The SeqArray package allows for pre-selecting variants using the seqSetFilter function. We set type='bd' since sigma is a block diagonal matrix.

if(requireNamespace('GENESIS', quietly = TRUE))
{
  seqSetFilter(seq, variant.sel=1:100)
  re <- coxmeg_gds(seq, pheno, sigma, type='bd')
  head(re$summary)
}

seqClose(seq)

In this vignette we presented two examples, each using a different GDS file type and method of creating a random effects matrix. We note that the choice of random effects matrix in each case was arbitrary; and either method of generating the matrix would work with either GDS file type.

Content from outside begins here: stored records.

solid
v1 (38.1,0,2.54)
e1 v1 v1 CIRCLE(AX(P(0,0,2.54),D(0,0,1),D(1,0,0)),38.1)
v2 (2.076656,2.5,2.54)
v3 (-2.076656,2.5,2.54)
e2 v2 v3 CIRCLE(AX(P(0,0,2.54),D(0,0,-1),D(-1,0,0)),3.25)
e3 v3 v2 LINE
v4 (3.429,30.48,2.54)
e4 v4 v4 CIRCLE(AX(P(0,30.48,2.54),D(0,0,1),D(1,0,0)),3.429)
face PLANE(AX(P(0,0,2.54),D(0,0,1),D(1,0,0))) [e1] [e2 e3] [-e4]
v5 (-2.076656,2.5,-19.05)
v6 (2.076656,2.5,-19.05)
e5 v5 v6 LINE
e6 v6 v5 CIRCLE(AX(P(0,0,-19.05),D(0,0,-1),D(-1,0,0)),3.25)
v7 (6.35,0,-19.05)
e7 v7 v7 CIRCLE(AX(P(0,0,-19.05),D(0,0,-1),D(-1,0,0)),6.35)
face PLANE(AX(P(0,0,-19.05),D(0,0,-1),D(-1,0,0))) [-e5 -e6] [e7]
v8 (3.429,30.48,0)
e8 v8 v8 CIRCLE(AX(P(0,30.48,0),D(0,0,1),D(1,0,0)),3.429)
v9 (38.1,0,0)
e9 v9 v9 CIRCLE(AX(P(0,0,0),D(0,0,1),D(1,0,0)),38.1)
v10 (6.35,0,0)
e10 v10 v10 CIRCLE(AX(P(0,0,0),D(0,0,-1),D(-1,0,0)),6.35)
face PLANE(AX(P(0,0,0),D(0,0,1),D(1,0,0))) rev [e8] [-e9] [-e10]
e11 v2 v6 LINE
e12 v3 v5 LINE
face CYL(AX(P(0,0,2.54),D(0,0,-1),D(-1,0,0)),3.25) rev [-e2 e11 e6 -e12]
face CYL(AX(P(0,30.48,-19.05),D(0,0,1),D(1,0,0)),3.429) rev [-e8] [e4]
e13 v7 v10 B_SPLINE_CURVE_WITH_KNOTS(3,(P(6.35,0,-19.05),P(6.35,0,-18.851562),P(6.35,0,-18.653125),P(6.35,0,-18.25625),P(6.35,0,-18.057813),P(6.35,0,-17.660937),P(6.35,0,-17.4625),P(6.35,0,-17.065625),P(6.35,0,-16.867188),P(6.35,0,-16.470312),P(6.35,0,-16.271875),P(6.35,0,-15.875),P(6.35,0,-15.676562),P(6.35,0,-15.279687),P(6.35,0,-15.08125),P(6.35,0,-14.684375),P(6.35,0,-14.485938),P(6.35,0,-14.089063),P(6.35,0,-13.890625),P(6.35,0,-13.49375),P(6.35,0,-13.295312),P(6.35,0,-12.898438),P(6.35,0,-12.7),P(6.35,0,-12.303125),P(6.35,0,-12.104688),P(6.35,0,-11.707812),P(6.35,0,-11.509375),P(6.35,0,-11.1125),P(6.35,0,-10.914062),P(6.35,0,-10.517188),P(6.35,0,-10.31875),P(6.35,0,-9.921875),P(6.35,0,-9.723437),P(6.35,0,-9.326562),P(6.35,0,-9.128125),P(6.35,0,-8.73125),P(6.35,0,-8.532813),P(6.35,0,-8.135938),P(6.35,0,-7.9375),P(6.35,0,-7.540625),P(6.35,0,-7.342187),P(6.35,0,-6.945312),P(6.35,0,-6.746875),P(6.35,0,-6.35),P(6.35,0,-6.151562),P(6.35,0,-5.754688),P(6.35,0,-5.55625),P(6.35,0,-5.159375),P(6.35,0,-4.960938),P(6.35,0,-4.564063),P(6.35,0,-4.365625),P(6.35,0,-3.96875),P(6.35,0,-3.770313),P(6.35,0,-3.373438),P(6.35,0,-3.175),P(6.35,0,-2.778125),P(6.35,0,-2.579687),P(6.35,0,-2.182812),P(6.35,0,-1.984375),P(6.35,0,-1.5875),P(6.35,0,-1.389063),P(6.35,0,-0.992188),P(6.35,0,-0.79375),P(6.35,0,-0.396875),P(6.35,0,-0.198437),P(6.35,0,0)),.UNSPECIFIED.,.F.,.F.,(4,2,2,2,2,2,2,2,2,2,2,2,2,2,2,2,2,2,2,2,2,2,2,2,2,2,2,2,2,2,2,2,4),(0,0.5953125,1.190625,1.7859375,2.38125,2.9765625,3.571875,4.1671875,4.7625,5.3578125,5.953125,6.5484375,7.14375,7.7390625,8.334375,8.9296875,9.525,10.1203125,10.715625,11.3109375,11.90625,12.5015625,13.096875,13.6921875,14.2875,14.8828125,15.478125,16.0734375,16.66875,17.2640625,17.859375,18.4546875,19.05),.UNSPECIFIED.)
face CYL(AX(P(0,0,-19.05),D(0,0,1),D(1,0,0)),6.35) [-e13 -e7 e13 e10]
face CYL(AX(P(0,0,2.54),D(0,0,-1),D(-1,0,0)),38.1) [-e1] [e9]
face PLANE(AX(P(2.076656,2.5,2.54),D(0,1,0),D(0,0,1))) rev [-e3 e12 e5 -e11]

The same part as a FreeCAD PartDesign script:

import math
import FreeCAD as App
import Part
import Sketcher

V = App.Vector
Q = App.Units.Quantity

doc = App.newDocument("Part")
params = doc.addObject("Spreadsheet::Sheet", "Params")
for row, (alias, value) in enumerate([
    ("sketch1_diameter", "3 in"),
    ("pad1_length", "0.1 in"),
    ("sketch2_diameter", "0.5 in"),
    ("pad2_length", "0.75 in"),
    ("sketch3_diameter", "0.27 in"),
], start=1):
    params.set(f"A{row}", alias)
    params.set(f"B{row}", "=" + value)
    params.setAlias(f"B{row}", alias)

body = doc.addObject("PartDesign::Body", "Body")

sketch1 = doc.addObject("Sketcher::SketchObject", "Sketch")
body.addObject(sketch1)
sketch1.AttachmentSupport = (doc.XY_Plane, [""])
sketch1.MapMode = "FlatFace"
sketch1.addGeometry(Part.Circle(V(0, 0, 0), V(0, 0, 1), 38), False)
sketch1.addConstraint(Sketcher.Constraint("Coincident", 0, 3, -1, 1))
sketch1.addConstraint(Sketcher.Constraint("Diameter", 0, Q("3 in")))
sketch1.setExpression("Constraints[1]", "Params.sketch1_diameter")
pad1 = doc.addObject("PartDesign::Pad", "Pad")
body.addObject(pad1)
pad1.Profile = sketch1
pad1.setExpression("Length", "Params.pad1_length")

sketch2 = doc.addObject("Sketcher::SketchObject", "Sketch001")
body.addObject(sketch2)
sketch2.AttachmentSupport = (doc.XY_Plane, [""])
sketch2.MapMode = "FlatFace"
sketch2.addGeometry(Part.Circle(V(0, 0, 0), V(0, 0, 1), 6), False)
sketch2.addConstraint(Sketcher.Constraint("Coincident", 0, 3, -1, 1))
sketch2.addConstraint(Sketcher.Constraint("Diameter", 0, Q("0.5 in")))
sketch2.setExpression("Constraints[1]", "Params.sketch2_diameter")
pad2 = doc.addObject("PartDesign::Pad", "Pad001")
body.addObject(pad2)
pad2.Profile = sketch2
pad2.setExpression("Length", "Params.pad2_length")
pad2.Reversed = True

sketch3 = doc.addObject("Sketcher::SketchObject", "Sketch002")
body.addObject(sketch3)
sketch3.AttachmentSupport = (doc.XY_Plane, [""])
sketch3.MapMode = "FlatFace"
sketch3.AttachmentOffset = App.Placement(V(0, 0, 0.1 * 25.4), App.Rotation())
sketch3.addGeometry(Part.Circle(V(0, 30.5, 0), V(0, 0, 1), 3.4), False)
sketch3.addConstraint(Sketcher.Constraint("PointOnObject", 0, 3, -2))
sketch3.addConstraint(Sketcher.Constraint("Diameter", 0, Q("0.27 in")))
sketch3.addConstraint(Sketcher.Constraint("DistanceY", -1, 1, 0, 3, Q("1.2 in")))
sketch3.setExpression("Constraints[1]", "Params.sketch3_diameter")
pocket1 = doc.addObject("PartDesign::Pocket", "Pocket")
body.addObject(pocket1)
pocket1.Profile = sketch3
pocket1.Type = "ThroughAll"

sketch4 = doc.addObject("Sketcher::SketchObject", "Sketch003")
body.addObject(sketch4)
sketch4.AttachmentSupport = (doc.XY_Plane, [""])
sketch4.MapMode = "FlatFace"
sketch4.AttachmentOffset = App.Placement(V(0, 0, -0.75 * 25.4), App.Rotation())
sketch4.addGeometry(Part.LineSegment(V(-2.1, 2.5, 0), V(2.1, 2.5, 0)), False)
sketch4.addGeometry(Part.ArcOfCircle(Part.Circle(V(0, 0, 0), V(0, 0, 1), 3.2), math.radians(130), math.radians(410)), False)
sketch4.addConstraint(Sketcher.Constraint("Coincident", 0, 1, 1, 1))
sketch4.addConstraint(Sketcher.Constraint("Coincident", 1, 2, 0, 2))
sketch4.addConstraint(Sketcher.Constraint("Horizontal", 0))
sketch4.addConstraint(Sketcher.Constraint("Coincident", 1, 3, -1, 1))
sketch4.addConstraint(Sketcher.Constraint("Radius", 1, Q("3.25 mm")))
sketch4.addConstraint(Sketcher.Constraint("DistanceX", 0, 1, 0, 2, Q("4.153312 mm")))
pocket2 = doc.addObject("PartDesign::Pocket", "Pocket001")
body.addObject(pocket2)
pocket2.Profile = sketch4
pocket2.Type = "ThroughAll"
pocket2.Reversed = True

doc.recompute()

The code in coxmeg_gds is very similar to the code in coxmeg_plink, as the latter function converts the plink file to GDS before reading genotypes. coxmeg_gds takes R objects as arguments for phenotypes, covariates, and a connection to the GDS file; while coxmeg_plink takes paths to files on disk. If the user intends to utilize any other functions requiring a GDS object, or to run multiple analyses on the same dataset, it will be more efficient to convert a plink file to GDS first with the SNPRelate function snpgdsBED2GDS (or the SeqArray function seqBED2GDS), then use coxmeg_gds instead of coxmeg_plink.